A long-time FreeBSD contributor has published a recollection of the early AWS days, and it reads like a time capsule. The author says their account arrived with only two services enabled by default — Amazon Simple Queue Service and a little-remembered Amazon E-Commerce Service. It has been reported that the E-Commerce API has since been quietly scrubbed from AWS history. Early on, the writer flagged a security gap: requests were signed by API keys, but responses were not — and many calls still went over plain HTTP. Sound familiar? Transport-layer security helps, but end-to-end signing would have been nicer then and still matters now.

Bringing FreeBSD to EC2: persistence pays

When EC2 arrived, the author wanted FreeBSD to run on it. He reached out to Jeff Barr and, after some back-and-forth, landed an NDA in 2007. There’s a delightful, human moment here: the briefing was delayed because Amazon allegedly still used fax machines — the author had to snail-mail a wet-ink signature to Seattle. Custom kernels arrived later that year, and the author says his account was allowlisted for the internal “publish Amazon Kernel Images” API so FreeBSD could be supported. Small victories. Big satisfaction.

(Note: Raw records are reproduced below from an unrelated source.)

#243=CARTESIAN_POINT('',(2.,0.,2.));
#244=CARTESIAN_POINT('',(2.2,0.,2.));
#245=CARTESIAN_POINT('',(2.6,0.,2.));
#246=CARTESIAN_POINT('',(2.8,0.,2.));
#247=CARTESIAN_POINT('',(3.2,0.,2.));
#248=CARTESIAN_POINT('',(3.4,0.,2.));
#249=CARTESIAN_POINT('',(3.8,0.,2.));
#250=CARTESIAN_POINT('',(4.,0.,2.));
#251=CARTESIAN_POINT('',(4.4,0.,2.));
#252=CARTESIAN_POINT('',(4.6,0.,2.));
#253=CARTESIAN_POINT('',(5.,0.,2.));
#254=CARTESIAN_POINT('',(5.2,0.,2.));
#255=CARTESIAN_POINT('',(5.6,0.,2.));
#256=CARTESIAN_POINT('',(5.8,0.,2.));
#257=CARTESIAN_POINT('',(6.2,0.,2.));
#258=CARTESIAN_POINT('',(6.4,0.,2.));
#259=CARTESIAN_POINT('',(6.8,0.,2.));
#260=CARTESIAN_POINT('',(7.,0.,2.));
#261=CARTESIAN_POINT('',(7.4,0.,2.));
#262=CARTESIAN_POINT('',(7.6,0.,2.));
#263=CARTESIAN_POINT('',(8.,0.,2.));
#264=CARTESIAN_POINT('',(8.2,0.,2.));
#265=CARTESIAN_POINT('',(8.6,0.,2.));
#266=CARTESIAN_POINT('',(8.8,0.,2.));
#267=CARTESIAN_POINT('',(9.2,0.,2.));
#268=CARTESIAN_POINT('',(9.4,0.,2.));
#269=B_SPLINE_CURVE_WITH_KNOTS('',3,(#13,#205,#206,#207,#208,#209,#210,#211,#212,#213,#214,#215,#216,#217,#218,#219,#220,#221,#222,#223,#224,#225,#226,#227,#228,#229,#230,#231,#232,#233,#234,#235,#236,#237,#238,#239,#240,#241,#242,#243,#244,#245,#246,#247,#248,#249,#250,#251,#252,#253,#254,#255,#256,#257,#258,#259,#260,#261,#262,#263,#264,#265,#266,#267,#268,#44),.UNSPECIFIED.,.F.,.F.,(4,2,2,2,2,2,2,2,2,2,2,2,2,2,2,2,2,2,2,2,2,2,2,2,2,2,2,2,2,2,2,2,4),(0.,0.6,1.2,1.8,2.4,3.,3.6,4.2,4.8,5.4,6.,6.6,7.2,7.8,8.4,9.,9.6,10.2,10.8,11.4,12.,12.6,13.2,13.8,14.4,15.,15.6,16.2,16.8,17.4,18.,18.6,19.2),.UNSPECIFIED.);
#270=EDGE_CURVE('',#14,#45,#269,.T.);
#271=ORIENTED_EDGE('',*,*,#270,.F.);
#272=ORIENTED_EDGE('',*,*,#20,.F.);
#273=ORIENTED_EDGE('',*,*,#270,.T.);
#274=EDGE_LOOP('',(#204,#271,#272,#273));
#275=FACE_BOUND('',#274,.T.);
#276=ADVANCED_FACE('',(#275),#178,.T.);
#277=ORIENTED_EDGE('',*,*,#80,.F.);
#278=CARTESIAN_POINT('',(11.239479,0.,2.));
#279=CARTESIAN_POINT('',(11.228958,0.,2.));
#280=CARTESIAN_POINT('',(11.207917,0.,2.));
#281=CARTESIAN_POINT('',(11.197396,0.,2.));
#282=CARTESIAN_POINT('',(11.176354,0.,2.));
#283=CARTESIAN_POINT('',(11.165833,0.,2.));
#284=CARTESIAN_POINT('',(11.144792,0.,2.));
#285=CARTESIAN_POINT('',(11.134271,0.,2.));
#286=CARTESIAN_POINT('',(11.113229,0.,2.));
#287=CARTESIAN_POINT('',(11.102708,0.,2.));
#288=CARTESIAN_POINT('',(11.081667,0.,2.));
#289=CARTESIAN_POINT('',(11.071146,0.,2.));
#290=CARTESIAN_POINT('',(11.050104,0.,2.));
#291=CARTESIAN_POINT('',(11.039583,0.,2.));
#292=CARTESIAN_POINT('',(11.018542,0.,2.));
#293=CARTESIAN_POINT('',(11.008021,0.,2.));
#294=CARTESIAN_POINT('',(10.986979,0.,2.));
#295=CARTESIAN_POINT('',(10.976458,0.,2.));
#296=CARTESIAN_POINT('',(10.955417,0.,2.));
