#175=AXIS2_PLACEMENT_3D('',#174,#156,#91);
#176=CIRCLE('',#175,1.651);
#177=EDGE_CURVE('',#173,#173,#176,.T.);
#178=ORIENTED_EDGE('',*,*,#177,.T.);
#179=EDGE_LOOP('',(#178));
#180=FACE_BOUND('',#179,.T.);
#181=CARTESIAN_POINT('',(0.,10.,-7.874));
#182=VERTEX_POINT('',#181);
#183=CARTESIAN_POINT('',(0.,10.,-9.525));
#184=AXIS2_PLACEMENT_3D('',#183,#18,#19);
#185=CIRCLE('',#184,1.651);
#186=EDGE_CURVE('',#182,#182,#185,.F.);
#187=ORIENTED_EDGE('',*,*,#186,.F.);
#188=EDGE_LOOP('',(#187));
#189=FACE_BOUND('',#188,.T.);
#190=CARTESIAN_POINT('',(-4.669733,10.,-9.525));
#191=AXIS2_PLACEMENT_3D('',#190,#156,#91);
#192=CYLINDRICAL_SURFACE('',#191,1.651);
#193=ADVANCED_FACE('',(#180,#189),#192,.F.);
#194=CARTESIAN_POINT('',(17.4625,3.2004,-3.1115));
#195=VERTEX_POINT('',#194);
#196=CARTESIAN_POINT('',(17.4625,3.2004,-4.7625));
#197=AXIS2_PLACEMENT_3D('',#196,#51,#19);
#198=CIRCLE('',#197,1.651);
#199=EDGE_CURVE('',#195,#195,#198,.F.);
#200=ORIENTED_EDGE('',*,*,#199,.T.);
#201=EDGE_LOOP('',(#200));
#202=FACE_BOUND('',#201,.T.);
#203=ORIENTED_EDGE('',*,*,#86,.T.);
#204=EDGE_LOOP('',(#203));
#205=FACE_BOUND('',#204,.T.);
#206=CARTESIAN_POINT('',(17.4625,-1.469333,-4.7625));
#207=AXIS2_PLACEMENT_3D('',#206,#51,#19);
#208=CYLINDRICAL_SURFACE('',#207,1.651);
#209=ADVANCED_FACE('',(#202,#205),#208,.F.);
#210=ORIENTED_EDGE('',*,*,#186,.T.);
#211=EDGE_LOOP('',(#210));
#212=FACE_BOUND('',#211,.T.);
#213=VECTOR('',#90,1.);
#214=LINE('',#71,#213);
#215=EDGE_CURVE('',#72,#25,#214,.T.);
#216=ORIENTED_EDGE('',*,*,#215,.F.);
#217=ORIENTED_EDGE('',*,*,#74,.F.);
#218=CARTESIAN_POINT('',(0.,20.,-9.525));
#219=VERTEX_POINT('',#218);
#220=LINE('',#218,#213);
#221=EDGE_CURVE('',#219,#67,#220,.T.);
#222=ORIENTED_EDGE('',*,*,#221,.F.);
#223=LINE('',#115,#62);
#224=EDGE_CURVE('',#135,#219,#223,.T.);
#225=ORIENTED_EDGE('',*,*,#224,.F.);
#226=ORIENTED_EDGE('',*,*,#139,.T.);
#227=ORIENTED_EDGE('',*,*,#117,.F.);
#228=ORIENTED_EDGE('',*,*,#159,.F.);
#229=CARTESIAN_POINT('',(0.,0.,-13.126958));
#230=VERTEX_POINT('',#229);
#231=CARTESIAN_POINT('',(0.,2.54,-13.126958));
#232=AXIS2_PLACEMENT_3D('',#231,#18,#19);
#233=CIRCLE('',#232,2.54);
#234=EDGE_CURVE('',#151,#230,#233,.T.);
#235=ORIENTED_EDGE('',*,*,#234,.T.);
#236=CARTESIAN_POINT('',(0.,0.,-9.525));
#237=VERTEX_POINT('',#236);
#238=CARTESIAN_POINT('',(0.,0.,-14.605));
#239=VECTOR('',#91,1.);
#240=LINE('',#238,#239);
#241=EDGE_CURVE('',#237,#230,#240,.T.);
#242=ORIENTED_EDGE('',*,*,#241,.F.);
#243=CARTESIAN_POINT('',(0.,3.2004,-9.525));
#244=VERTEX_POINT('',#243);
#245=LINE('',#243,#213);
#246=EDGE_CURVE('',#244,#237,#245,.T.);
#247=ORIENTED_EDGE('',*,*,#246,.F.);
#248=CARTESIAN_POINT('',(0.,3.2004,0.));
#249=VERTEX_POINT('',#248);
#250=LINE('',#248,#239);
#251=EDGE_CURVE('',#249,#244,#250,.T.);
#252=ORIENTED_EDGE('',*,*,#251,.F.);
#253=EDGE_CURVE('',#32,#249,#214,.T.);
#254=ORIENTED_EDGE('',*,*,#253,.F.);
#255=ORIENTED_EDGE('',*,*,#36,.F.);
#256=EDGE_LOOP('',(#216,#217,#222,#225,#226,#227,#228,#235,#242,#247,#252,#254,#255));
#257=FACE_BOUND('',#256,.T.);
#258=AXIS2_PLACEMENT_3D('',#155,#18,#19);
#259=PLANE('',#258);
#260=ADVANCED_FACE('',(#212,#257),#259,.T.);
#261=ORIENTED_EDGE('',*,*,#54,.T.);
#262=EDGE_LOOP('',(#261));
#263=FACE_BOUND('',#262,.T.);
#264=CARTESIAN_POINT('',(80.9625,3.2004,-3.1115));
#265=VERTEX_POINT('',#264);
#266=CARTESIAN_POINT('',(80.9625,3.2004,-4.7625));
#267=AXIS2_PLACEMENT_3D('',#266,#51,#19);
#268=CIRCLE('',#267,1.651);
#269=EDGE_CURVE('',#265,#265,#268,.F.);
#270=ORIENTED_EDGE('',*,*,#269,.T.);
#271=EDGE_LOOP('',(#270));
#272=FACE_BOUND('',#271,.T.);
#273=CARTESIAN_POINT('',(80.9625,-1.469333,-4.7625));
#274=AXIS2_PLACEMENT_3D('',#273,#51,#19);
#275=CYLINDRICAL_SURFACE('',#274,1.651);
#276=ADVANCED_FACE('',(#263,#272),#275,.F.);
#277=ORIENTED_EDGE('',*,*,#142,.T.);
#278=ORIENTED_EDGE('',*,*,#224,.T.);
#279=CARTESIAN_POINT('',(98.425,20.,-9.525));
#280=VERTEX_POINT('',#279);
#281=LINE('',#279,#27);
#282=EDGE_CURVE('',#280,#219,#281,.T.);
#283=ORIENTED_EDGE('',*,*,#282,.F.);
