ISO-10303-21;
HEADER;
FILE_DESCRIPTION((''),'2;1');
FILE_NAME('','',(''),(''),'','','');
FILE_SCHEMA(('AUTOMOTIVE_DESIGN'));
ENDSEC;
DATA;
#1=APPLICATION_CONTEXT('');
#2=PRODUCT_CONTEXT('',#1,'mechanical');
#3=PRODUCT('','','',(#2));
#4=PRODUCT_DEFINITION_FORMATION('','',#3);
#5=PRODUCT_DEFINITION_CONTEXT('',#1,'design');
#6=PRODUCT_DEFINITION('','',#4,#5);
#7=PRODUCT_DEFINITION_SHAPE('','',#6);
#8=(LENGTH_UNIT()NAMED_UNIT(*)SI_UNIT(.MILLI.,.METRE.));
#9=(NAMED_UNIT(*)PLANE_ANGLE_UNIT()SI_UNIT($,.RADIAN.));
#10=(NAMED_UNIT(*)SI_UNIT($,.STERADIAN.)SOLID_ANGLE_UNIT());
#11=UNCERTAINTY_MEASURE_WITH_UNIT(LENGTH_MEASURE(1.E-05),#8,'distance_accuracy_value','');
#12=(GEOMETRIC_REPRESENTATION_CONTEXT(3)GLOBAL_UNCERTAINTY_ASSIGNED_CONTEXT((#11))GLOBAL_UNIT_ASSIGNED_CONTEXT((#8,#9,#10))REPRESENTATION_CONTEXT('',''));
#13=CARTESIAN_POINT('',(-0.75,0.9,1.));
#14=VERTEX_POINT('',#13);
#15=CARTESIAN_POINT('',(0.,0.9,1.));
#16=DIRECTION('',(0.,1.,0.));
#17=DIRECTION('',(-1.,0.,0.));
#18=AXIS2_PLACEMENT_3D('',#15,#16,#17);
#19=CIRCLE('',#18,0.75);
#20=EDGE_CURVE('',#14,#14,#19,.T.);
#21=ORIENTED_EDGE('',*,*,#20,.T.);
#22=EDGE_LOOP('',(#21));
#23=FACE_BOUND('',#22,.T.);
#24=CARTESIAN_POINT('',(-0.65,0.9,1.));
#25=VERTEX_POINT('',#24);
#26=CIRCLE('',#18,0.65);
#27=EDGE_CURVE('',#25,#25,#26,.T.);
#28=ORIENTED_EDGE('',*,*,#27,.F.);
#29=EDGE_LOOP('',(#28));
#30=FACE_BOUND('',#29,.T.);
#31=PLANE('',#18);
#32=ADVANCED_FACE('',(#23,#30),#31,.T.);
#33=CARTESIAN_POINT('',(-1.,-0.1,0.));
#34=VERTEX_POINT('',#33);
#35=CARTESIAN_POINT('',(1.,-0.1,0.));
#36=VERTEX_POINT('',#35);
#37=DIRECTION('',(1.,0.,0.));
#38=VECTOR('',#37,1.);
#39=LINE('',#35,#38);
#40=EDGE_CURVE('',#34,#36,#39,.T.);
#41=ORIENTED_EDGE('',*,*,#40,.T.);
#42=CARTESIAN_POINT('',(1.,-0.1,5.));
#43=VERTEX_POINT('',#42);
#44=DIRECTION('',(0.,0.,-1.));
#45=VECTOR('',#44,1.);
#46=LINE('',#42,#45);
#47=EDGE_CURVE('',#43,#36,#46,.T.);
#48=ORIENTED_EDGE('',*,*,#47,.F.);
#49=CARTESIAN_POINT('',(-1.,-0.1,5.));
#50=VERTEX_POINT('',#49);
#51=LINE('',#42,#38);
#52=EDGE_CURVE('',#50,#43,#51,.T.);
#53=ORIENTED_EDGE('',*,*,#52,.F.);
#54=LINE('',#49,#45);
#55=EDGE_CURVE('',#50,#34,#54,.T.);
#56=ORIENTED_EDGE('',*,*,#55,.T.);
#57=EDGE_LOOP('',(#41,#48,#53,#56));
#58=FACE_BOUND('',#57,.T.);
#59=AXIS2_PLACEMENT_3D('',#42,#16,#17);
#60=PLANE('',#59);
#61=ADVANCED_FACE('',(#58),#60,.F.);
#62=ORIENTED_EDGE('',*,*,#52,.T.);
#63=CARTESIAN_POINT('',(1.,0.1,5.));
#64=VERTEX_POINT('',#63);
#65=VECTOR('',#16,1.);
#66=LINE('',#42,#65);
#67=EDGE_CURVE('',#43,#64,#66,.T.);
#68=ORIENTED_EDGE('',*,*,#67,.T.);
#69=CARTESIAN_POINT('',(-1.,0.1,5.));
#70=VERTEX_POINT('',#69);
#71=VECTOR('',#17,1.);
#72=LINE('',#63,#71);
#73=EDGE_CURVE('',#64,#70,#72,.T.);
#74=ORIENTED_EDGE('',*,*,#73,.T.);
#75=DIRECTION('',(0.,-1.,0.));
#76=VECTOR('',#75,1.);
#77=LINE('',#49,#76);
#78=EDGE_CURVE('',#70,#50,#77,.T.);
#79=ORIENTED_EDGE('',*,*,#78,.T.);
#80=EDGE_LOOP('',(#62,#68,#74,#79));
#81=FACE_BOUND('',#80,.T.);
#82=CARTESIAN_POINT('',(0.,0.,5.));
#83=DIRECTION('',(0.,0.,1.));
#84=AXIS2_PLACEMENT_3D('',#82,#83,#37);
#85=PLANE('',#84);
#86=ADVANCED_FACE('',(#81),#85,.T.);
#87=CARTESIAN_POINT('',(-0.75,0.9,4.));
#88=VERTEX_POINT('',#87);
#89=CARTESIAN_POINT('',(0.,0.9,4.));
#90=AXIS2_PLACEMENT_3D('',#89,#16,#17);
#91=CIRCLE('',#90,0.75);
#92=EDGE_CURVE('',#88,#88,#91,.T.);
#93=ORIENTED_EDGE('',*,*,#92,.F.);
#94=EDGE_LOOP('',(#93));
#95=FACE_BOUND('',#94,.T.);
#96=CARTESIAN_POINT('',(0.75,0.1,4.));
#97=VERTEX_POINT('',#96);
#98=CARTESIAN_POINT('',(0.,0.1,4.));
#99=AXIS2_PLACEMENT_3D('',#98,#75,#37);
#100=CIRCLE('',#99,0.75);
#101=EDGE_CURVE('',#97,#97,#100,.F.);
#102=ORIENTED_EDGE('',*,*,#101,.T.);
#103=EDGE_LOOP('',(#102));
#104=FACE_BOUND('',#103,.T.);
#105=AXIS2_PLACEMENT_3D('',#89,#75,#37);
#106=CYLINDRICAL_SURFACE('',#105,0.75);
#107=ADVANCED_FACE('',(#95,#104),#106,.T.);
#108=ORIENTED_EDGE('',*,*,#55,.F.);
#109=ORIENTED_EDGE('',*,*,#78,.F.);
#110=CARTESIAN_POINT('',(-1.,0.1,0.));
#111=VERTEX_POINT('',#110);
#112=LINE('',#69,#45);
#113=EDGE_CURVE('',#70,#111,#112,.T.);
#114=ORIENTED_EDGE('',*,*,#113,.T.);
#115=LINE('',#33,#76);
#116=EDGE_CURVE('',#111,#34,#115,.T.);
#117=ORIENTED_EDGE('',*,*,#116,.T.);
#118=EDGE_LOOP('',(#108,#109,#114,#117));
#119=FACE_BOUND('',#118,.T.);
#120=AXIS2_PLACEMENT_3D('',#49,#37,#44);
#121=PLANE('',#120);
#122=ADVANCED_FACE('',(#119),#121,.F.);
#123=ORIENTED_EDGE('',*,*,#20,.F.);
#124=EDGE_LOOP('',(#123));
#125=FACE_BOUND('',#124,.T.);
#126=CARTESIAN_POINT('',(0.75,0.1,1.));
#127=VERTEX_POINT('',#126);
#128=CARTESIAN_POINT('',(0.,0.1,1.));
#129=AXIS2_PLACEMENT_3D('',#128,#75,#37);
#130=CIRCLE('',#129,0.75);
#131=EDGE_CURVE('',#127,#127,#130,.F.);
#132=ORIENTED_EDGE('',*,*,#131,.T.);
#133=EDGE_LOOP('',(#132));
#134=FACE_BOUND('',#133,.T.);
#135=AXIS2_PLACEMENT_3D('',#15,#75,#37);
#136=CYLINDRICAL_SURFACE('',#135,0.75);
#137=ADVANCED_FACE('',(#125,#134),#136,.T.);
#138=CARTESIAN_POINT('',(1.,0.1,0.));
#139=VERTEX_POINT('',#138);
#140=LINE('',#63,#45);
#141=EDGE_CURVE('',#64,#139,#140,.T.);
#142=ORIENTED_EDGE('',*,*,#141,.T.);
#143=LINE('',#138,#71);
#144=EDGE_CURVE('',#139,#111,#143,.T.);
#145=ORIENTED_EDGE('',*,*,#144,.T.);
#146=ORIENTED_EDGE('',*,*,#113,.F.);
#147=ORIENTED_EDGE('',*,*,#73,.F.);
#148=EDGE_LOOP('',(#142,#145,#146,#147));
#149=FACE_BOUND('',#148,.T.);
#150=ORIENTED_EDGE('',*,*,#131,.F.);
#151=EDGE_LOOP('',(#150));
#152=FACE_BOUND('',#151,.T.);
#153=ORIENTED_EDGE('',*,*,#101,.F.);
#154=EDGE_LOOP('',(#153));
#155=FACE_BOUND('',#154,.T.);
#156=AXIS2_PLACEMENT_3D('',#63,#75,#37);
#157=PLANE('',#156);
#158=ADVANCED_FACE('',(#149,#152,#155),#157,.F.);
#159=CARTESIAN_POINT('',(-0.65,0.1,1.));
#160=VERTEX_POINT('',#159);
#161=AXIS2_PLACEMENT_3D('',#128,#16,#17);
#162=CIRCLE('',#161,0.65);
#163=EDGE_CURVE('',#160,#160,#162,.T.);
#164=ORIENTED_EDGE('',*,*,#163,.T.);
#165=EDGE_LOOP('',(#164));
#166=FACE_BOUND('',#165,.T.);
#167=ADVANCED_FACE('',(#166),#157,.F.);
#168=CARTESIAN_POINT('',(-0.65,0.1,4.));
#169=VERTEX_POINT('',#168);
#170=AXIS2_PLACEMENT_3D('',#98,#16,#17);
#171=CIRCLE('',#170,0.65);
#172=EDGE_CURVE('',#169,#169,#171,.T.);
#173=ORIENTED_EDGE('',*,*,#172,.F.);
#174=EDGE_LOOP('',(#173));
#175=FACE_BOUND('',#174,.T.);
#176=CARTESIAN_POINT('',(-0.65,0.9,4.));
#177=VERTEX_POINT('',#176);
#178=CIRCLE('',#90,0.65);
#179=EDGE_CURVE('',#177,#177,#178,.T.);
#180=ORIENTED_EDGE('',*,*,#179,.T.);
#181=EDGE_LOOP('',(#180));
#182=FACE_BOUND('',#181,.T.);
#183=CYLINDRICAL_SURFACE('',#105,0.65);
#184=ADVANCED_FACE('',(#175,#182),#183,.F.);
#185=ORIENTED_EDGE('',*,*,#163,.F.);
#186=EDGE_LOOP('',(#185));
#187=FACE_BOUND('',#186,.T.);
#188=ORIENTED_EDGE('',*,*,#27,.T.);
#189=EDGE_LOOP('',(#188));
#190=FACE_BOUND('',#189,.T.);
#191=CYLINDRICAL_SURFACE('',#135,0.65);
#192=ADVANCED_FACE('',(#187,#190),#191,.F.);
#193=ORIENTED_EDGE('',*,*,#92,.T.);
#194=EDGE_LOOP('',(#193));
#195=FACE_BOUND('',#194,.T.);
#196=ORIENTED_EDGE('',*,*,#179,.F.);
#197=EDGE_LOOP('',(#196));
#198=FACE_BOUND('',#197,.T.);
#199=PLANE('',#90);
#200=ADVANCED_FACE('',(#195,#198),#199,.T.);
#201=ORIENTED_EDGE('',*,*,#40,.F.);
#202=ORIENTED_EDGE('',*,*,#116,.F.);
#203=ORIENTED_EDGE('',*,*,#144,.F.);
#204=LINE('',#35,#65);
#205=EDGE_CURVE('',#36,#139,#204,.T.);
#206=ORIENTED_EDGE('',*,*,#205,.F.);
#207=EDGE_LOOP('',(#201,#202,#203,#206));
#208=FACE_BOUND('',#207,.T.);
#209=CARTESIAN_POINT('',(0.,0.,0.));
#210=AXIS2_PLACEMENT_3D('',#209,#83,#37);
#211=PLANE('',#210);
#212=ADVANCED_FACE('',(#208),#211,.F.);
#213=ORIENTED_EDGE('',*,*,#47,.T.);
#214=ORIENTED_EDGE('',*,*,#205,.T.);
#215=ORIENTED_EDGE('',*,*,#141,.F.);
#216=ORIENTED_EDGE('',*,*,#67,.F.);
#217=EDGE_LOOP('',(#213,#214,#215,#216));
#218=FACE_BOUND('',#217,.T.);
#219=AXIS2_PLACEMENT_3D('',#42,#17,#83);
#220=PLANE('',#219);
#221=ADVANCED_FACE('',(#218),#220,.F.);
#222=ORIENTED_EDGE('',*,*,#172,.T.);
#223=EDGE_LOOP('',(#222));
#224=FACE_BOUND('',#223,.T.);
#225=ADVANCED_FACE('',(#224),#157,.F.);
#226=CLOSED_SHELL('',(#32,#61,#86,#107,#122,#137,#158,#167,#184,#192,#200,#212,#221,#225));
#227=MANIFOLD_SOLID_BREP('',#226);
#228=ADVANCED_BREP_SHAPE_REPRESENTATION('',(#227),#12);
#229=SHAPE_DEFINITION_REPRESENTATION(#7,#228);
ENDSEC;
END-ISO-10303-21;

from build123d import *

# Parameters (mm, degrees)
SKETCH1_W           = 2
SKETCH1_H           = 0.2
BOSS_EXTRUDE1_DEPTH = 5
SKETCH2_R           = 0.75
SKETCH2_R_2         = 0.65
BOSS_EXTRUDE2_DEPTH = 0.8


with BuildPart() as part:
    # Sketch1 → Boss-Extrude1 (new body)
    with BuildSketch(Plane.XY):
        Rectangle(SKETCH1_W, SKETCH1_H)
    extrude(amount=BOSS_EXTRUDE1_DEPTH)

    # Sketch2 → Boss-Extrude2 (add)
    # profile 1 of 2: a face of its own
    with BuildSketch(Plane(origin=(0, 0.1, 0), x_dir=(1, 0, 0), z_dir=(0, 1, 0))):
        with Locations((0, -1)):
            Circle(SKETCH2_R)
        with Locations(Location((0, -1, 0), (0, 0, 180))):
            Circle(SKETCH2_R_2, mode=Mode.SUBTRACT)
    # profile 2 of 2: a face of its own
    with BuildSketch(Plane(origin=(0, 0.1, 0), x_dir=(1, 0, 0), z_dir=(0, 1, 0))):
        with Locations((0, -4)):
            Circle(SKETCH2_R)
        with Locations(Location((0, -4, 0), (0, 0, 180))):
            Circle(SKETCH2_R_2, mode=Mode.SUBTRACT)
    extrude(amount=BOSS_EXTRUDE2_DEPTH)


solid = part.part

Security nudges and a very long payoff

He didn’t just ask for features; he pushed on security too. He urged Amazon to audit Xen and recommended folks he trusted, like Tavis Ormandy. Later in 2007 Tavis was credited with reporting flaws in Xen — whether those events are connected is unknown, and the author says as much. But the arc is clear: persistent, practical feedback nudged product decisions over years. The emotional high comes at the end — features the author asked for, like read-only boot and guaranteed memory wipe semantics, eventually appeared as EC2 Instance Attestation nearly two decades later. Patience, it seems, can be a superpower in cloud land.